Gioielli di famiglia. Apologia dell'olio di Venafro

Franco Spuri Zampetti

Fin dai tempi dei Sanniti nel borgo molisano si coltivano le più pregiate varietà di ulivi

Chi dice Venafro, dice ulivi, fra i più antichi piantati in Italia, dice olio d’oliva di gran pregio. La cittadina molisana, ai piedi del maestoso massiccio delle Mainarde (inserito nel Parco nazionale d’Abruzzo) è immersa nel verde argenteo degli ulivi che lì hanno casa da millenni. È un leggendario personaggio sannita, Liborio, a importarli qui dalla Grecia sfidando chi sosteneva che potevano attecchire solo sul mare e non in collina, sotto quei monti. Già nel II secolo a.C. Marco Porcio Catone ha qui una villa con ulivi e detta regole per coltivarli meglio. Orazio canta l’olio di Venafro con versi ammirati. Con lui concordano Plinio, Columella, Varrone, Strabone e altri. A Orazio piace soprattutto una salsa di erbe aromatiche e di olio venafrano. Marziale lo apprezza per gli unguenti curativi. Insomma ce n’è per tutti i gusti e ancor oggi l’olio di Venafro grandeggia più che mai fra i tanti di qualità che l’Italia può esibire. Di recente l’Associazione Nazionale dei Patriarchi ha piantato qui un giardino con le più pregiate varietà di ulivi storici dalla bacca plurimillenaria come la Licinia e la Sergia.
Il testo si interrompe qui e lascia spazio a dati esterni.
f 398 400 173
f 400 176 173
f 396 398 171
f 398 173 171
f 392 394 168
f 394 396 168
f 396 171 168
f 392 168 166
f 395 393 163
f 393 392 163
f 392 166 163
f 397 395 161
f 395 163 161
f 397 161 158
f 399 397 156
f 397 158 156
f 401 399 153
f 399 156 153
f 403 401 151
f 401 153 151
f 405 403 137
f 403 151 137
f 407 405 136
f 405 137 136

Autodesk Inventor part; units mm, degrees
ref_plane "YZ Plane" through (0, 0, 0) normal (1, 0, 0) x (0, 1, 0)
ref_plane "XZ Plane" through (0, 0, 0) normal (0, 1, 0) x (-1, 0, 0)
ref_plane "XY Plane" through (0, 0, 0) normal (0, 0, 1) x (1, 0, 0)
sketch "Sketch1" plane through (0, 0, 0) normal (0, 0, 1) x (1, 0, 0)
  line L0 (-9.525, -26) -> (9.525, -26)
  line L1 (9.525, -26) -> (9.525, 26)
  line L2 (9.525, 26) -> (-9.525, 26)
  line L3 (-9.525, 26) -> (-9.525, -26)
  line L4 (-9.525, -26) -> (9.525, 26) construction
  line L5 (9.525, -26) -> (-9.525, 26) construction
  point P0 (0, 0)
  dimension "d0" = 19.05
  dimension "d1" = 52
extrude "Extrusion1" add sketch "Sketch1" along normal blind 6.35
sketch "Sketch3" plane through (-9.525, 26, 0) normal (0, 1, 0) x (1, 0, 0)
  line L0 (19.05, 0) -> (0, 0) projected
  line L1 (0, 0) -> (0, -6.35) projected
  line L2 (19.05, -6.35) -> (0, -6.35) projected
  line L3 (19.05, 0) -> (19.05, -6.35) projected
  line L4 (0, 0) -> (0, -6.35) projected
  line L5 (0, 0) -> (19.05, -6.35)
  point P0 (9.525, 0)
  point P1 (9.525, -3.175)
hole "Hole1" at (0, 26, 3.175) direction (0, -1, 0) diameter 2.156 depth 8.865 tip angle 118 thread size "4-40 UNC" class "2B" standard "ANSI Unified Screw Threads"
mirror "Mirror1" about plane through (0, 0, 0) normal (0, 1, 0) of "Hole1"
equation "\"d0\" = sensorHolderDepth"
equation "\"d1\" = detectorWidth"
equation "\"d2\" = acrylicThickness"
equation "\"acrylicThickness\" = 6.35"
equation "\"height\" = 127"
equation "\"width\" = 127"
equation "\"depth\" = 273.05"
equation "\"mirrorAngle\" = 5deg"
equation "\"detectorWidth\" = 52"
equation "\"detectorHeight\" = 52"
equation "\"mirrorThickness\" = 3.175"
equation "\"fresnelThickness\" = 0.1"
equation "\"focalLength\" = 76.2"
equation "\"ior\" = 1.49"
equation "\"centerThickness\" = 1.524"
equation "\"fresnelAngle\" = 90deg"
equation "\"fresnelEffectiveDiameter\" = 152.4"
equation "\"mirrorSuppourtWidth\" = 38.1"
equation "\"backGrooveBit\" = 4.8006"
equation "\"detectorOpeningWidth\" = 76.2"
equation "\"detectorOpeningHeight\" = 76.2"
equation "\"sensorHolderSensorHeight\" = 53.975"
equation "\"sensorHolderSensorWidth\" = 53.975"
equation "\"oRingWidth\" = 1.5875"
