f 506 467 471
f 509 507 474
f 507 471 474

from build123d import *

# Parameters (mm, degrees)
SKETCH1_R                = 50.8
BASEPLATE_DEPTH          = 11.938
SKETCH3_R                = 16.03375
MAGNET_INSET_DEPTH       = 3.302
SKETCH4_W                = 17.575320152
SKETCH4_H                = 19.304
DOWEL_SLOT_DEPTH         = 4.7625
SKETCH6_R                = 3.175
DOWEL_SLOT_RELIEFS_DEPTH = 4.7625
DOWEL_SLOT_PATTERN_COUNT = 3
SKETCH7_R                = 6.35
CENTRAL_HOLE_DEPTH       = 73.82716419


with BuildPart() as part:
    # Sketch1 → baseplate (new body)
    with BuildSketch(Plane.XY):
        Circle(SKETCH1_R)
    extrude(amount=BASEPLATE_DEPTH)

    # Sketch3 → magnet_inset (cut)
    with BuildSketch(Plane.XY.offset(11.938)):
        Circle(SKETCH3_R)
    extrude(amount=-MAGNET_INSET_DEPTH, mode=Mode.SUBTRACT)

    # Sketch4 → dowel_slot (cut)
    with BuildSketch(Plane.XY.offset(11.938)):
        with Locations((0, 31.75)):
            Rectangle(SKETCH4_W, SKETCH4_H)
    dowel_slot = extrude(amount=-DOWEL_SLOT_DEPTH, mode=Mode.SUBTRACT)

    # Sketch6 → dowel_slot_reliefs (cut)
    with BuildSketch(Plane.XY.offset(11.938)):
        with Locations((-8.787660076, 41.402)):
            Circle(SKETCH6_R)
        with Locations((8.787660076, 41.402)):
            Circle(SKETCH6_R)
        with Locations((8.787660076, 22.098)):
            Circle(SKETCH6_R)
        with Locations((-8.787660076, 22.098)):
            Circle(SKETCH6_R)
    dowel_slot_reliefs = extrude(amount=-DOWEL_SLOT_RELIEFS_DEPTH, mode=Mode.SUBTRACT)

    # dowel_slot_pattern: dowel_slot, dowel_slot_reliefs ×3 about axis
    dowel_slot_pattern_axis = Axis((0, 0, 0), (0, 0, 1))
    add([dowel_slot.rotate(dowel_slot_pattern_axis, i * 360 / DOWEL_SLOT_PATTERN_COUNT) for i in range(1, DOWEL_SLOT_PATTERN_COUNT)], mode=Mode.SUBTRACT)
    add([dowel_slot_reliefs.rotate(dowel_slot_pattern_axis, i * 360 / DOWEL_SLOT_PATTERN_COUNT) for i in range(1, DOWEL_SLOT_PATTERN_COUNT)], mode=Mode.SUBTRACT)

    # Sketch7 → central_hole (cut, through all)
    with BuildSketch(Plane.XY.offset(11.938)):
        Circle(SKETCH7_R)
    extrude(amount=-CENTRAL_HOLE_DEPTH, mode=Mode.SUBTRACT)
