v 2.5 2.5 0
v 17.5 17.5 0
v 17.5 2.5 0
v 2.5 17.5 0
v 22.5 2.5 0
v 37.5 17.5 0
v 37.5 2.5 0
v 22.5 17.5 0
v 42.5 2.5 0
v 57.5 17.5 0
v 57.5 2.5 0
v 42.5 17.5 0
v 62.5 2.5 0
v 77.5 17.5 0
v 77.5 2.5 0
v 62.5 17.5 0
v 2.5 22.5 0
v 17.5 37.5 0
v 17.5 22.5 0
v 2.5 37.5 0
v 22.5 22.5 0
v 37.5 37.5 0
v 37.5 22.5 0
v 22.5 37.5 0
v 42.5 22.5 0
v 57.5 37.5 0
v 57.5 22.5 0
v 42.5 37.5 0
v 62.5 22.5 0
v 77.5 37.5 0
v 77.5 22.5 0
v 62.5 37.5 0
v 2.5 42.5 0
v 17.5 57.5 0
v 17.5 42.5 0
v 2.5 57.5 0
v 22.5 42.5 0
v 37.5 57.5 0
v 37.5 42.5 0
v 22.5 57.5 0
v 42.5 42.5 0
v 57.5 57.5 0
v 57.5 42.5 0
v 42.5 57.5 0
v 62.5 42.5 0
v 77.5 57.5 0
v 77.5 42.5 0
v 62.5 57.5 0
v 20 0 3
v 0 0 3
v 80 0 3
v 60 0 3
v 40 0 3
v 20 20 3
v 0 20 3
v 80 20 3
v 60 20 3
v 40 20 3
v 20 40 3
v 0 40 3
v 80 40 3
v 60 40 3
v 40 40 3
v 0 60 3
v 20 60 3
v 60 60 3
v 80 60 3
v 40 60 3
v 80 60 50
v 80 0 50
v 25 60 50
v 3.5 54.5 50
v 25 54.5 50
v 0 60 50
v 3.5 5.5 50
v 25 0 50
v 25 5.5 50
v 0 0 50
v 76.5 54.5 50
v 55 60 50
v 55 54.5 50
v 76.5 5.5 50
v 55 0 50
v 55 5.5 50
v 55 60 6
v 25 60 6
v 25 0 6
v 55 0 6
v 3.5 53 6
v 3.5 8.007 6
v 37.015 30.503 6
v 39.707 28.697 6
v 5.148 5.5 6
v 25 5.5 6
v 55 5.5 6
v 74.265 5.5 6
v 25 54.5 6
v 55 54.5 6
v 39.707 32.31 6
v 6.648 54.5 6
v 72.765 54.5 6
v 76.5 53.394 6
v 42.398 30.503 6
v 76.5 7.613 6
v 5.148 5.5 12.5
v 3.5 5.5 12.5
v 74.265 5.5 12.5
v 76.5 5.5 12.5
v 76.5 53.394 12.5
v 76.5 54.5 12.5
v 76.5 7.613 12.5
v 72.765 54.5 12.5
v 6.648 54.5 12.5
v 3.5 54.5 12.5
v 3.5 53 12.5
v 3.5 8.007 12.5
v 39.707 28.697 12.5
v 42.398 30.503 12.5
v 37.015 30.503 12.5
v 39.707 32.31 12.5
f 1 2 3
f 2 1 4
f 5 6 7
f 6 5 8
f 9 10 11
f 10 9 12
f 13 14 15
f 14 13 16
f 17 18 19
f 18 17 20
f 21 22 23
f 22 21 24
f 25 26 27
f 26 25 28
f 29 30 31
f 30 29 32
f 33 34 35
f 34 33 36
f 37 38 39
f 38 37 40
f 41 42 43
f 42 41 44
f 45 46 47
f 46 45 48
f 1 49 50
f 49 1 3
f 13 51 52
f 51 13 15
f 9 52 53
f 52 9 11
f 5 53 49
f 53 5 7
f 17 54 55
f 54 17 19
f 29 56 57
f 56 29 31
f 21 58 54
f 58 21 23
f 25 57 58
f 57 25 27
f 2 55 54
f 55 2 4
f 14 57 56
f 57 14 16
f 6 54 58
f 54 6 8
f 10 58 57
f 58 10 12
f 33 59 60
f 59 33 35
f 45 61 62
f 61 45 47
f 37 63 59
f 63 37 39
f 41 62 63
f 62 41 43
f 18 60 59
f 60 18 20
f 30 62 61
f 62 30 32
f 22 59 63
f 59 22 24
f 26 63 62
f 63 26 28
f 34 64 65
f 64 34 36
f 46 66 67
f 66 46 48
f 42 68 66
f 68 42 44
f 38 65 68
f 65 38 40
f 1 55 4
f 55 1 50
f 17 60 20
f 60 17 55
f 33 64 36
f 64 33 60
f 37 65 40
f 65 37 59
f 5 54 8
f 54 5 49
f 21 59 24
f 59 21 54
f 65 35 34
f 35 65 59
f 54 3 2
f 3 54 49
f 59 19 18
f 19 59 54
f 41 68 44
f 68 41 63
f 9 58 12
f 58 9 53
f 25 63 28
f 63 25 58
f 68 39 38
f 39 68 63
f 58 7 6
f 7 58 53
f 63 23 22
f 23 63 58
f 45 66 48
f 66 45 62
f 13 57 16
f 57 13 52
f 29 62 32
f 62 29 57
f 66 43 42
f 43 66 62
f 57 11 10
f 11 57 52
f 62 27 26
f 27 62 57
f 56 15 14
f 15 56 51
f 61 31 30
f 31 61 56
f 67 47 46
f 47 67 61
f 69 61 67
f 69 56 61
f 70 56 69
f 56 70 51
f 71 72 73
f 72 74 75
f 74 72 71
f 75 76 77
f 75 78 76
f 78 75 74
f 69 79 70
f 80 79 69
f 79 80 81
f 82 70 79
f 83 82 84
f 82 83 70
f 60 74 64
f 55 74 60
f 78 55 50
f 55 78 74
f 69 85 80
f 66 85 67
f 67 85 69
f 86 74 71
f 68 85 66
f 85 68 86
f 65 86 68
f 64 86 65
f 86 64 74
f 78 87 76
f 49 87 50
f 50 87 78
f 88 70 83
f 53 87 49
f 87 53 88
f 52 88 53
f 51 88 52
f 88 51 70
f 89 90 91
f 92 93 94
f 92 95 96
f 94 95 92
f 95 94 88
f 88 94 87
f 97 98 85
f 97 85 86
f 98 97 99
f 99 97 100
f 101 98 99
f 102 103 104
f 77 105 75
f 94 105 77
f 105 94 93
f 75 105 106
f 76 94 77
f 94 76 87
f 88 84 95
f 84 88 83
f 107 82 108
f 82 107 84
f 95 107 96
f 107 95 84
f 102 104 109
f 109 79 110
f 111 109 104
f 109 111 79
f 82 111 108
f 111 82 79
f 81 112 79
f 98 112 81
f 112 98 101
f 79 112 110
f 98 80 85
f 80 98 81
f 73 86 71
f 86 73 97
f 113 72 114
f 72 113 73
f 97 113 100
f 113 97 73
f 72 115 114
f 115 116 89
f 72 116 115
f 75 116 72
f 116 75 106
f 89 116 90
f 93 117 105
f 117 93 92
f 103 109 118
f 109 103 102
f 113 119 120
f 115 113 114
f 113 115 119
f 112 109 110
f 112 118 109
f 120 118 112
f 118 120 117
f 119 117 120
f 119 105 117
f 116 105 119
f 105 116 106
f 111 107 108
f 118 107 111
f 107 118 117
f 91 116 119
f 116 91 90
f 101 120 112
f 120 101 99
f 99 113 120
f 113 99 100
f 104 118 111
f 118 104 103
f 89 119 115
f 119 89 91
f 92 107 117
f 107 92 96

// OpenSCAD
// file: ../common.scad
BASE_TILE_SIZE=20;
BASE_WIDTH=5;
PEAK_HEIGHT=3;

function y_up() = [90, 0, 0];
function x_up() = [90, 0, 90];

function min_floor_offset(wall_width) = wall_width + PEAK_HEIGHT;
function tri_mid() = BASE_WIDTH / 2;
function triangle() = [[0, 0],[BASE_WIDTH, 0],[tri_mid(), PEAK_HEIGHT]];
function base_tile_size() = BASE_TILE_SIZE;
function peak_height() = PEAK_HEIGHT;

function isX(direction) = (direction == "x");

module grid(width, depth, direction) {
    length = isX(direction) ? width : depth;
    slot_length = isX(direction) ? depth : width;
    translate_z = isX(direction) ? -slot_length : 0;
    rot = isX(direction) ? y_up() : x_up();

    // This is the total additional slots past the initial one
    total_slots = floor(length / BASE_TILE_SIZE);

    for (i = [0 : total_slots]) {
        offset = -tri_mid() + BASE_TILE_SIZE * i;
        rotate(rot)
        translate([offset, 0, translate_z])
        linear_extrude(height = slot_length)
        polygon(points=triangle());
    }
}

module grid_slots(width, depth) {
    grid(width, depth, "y");
    grid(width, depth, "x");
}

module base_block(width, depth, height, include_grid = true) {
    difference() {
        cube([width, depth, height]);

        if (include_grid) {
            grid_slots(width, depth);
        }
    }
}
// file: ../chip_holder.scad
use <common.scad>

MAX_THUMB_WIDTH = 30;
WAY_DEEP = 100;

module generate_holder(
    tile_columns = 4,
    tile_rows = 2,
    tile_width = 33,
    tile_depth = 33,
    tile_count = 20,
    tile_height = 1.75,
    wall_width = 3,
    box_height = 69,
    box_clearence = 15.75,
    round_to_full_base = true,
    fit_to_box_height = true,
    hollow_bottom = false,
    include_grid = true
) {
    function getSize(count, tile_size) = count * (tile_size + wall_width) + wall_width;
    function roundFullBase(count, tile_size) = (round_to_full_base) ? ceil(getSize(count, tile_size) / base_tile_size()) * base_tile_size() : getSize(count, tile_size);
    function max_height() = box_height - box_clearence;

    slot_height = tile_count * tile_height;
    min_floor_offset = min_floor_offset(wall_width);
    min_height = slot_height + min_floor_offset;
    total_height = (fit_to_box_height) ? max(max_height(), min_height) : min_height;
    inside_height = (hollow_bottom) ? total_height - min_floor_offset : slot_height;
    floor_offset = (fit_to_box_height) ? max_height() - inside_height : min_floor_offset;

    total_width = roundFullBase(tile_columns, tile_width);
    total_depth = roundFullBase(tile_rows, tile_depth);

    row_width = tile_depth * tile_rows;
    col_width = tile_width * tile_columns;
    outside_walls = wall_width * 2;

    col_spread = (tile_columns > 1) ? (total_width - col_width - outside_walls) / (tile_columns - 1) : 0;
    row_spread = (tile_rows > 1) ? (total_depth - row_width - outside_walls) / (tile_rows - 1) : 0;

    function colOffset(i) = (tile_columns == 1) ?
        (total_width - tile_width) / 2 :
        wall_width + ((tile_width + col_spread) * i);
    function rowOffset(i) = (tile_rows == 1) ?
        (total_depth - tile_depth) / 2 :
        wall_width + ((tile_depth + row_spread) * i);

    module tile_slot() {
        translate([0, 0, 0])
        square([tile_width, tile_depth]);
    }

    module thumb_slot_front() {
        width = min(tile_width - (wall_width * 2), MAX_THUMB_WIDTH);
        side_offset = (tile_width - width) / 2;
        translate([side_offset, -WAY_DEEP, 0])
        square([width, WAY_DEEP]);
    }

    module thumb_slot_back() {
        width = min(tile_width - (wall_width * 2), MAX_THUMB_WIDTH);
        side_offset = (tile_width - width) / 2;
        translate([side_offset, tile_depth, 0])
        square([width, WAY_DEEP]);
    }

    module tile_hole(slot_type = "none") {
        box_bottom = floor_offset;
        translate([0, 0, box_bottom])
        linear_extrude(height = inside_height)
        union() {
            tile_slot();
            if (slot_type == "front" || slot_type == "both") {
                thumb_slot_front();
            }

            if (slot_type == "back" || slot_type == "both") {
                thumb_slot_back();
            }
        }
    }

    module tile_holes() {
        for (i = [0 : tile_rows - 1]) {
            for (j = [0 : tile_columns - 1]) {
                slot_type = (tile_rows == 1) ? "both" : (i == 0) ? "front" : (i == tile_rows - 1) ? "back" : "none";
                col_offset = colOffset(j);
                row_offset = rowOffset(i);

                translate([col_offset, row_offset, 0])
                tile_hole(slot_type = slot_type);
            }
        }
    }

    module bottom_x() {
        if (hollow_bottom) {
            for (i = [0 : tile_rows - 1]) {
                for (j = [0 : tile_columns - 1]) {
                    length = sqrt(pow(tile_width, 2) + pow(tile_depth, 2));
                    rot = acos(tile_depth / length);
                    x_height = inside_height - slot_height;
                    z_offset = min_floor_offset(wall_width);

                    col_offset = colOffset(j);
                    row_offset = rowOffset(i);

                    translate([col_offset - wall_width / 2, row_offset + wall_width / 2, z_offset])
                    rotate([0, 0, -rot])
                    cube([wall_width, length + wall_width, x_height]);

                    translate([col_offset + tile_width, row_offset - wall_width / 2, z_offset])
                    rotate([0, 0, rot])
                    cube([wall_width, length + wall_width, x_height]);
                }
            }
        }
    }

    union() {
        difference() {
            base_block(total_width, total_depth, total_height, include_grid = include_grid);
            tile_holes();
        }
        bottom_x();
    }
}
// file: common.scad
WALL_WIDTH = 3;
BOX_HEIGHT = 50;
BOX_CLEARENCE = 0;
HOLLOW_BOTTOM = true;

function wall_width() = WALL_WIDTH;
function box_height() = BOX_HEIGHT;
function box_clearence() = BOX_CLEARENCE;
function hollow_bottom() = HOLLOW_BOTTOM;
// main file
use <common.scad>
use <../chip_holder.scad>

generate_holder(
    tile_columns = 1,
    tile_rows = 1,
    tile_width = 73,
    tile_depth = 49,
    tile_count = 25,
    tile_height = 1.5,
    wall_width = wall_width(),
    box_height = box_height(),
    box_clearence = box_clearence(),
    rount_to_full_base = true,
    fit_to_box_height = true,
    hollow_bottom = hollow_bottom()
);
Arrivando a Venafro (Is), vi colpirà la vista di un poderoso castello di origine longobarda, poggiato su di un’area antichissima, divenuto poi residenza dei Pandone, baroni napoletani, che lo ampliarono e arricchirono di decorazioni dedicate ai cavalli, passione di famiglia. Passato poi ai Peretti-Savelli, ora si erge con torrioni e torri su un borgo fortificato di chiaro impianto romano col cardo e col decumano ben visibili. Ma le origini di Venafro risalgono ai duri e combattivi Sanniti i quali a lungo si opposero all’espansione romana fino alla guerra sociale. Romani sono l’anfiteatro, detto Verlasce, e il teatro. Il primo ben leggibile, come a Lucca, nella sua pianta ellittica sotto un quartiere urbano, medievale e seicentesco. Si calcola che potesse contenere 15mila spettatori. Anche il teatro situato nella zona nord dell’abitato mostra notevoli dimensioni (circa 3.500 posti) e anche per questo il suo recupero si presenta problematico. Venafro è detta anche «la città delle 33 chiese», con una cattedrale fuori dalle mura. Alcuni di questi edifici di culto sono di qualità, anche se non è sempre facile, per il rarefarsi delle vocazioni, trovarli aperti. Sicuramente aperto il Museo nazionale del Molise ospitato nel castello dei Pandone, con opere provenienti dal territorio circostante e con due percorsi. Il primo è il Museo del castello medesimo, con documenti e testimonianze d’epoca; il secondo, attraverso disegni, stampe, tele, affreschi documenta un pezzo di storia del Molise. Nell’ex monastero seicentesco di S. Chiara troverete un piccolo, interessante Museo archeologico coi reperti provenienti dagli scavi del periodo sannitico e da quelli di età imperiale. Ma anzitutto godetevi dal mare il paesaggio, la vista di Venafro e delle sue colline di ulivi, con lo sfondo grandioso delle imponenti Mainarde, ricche di boschi e di storia.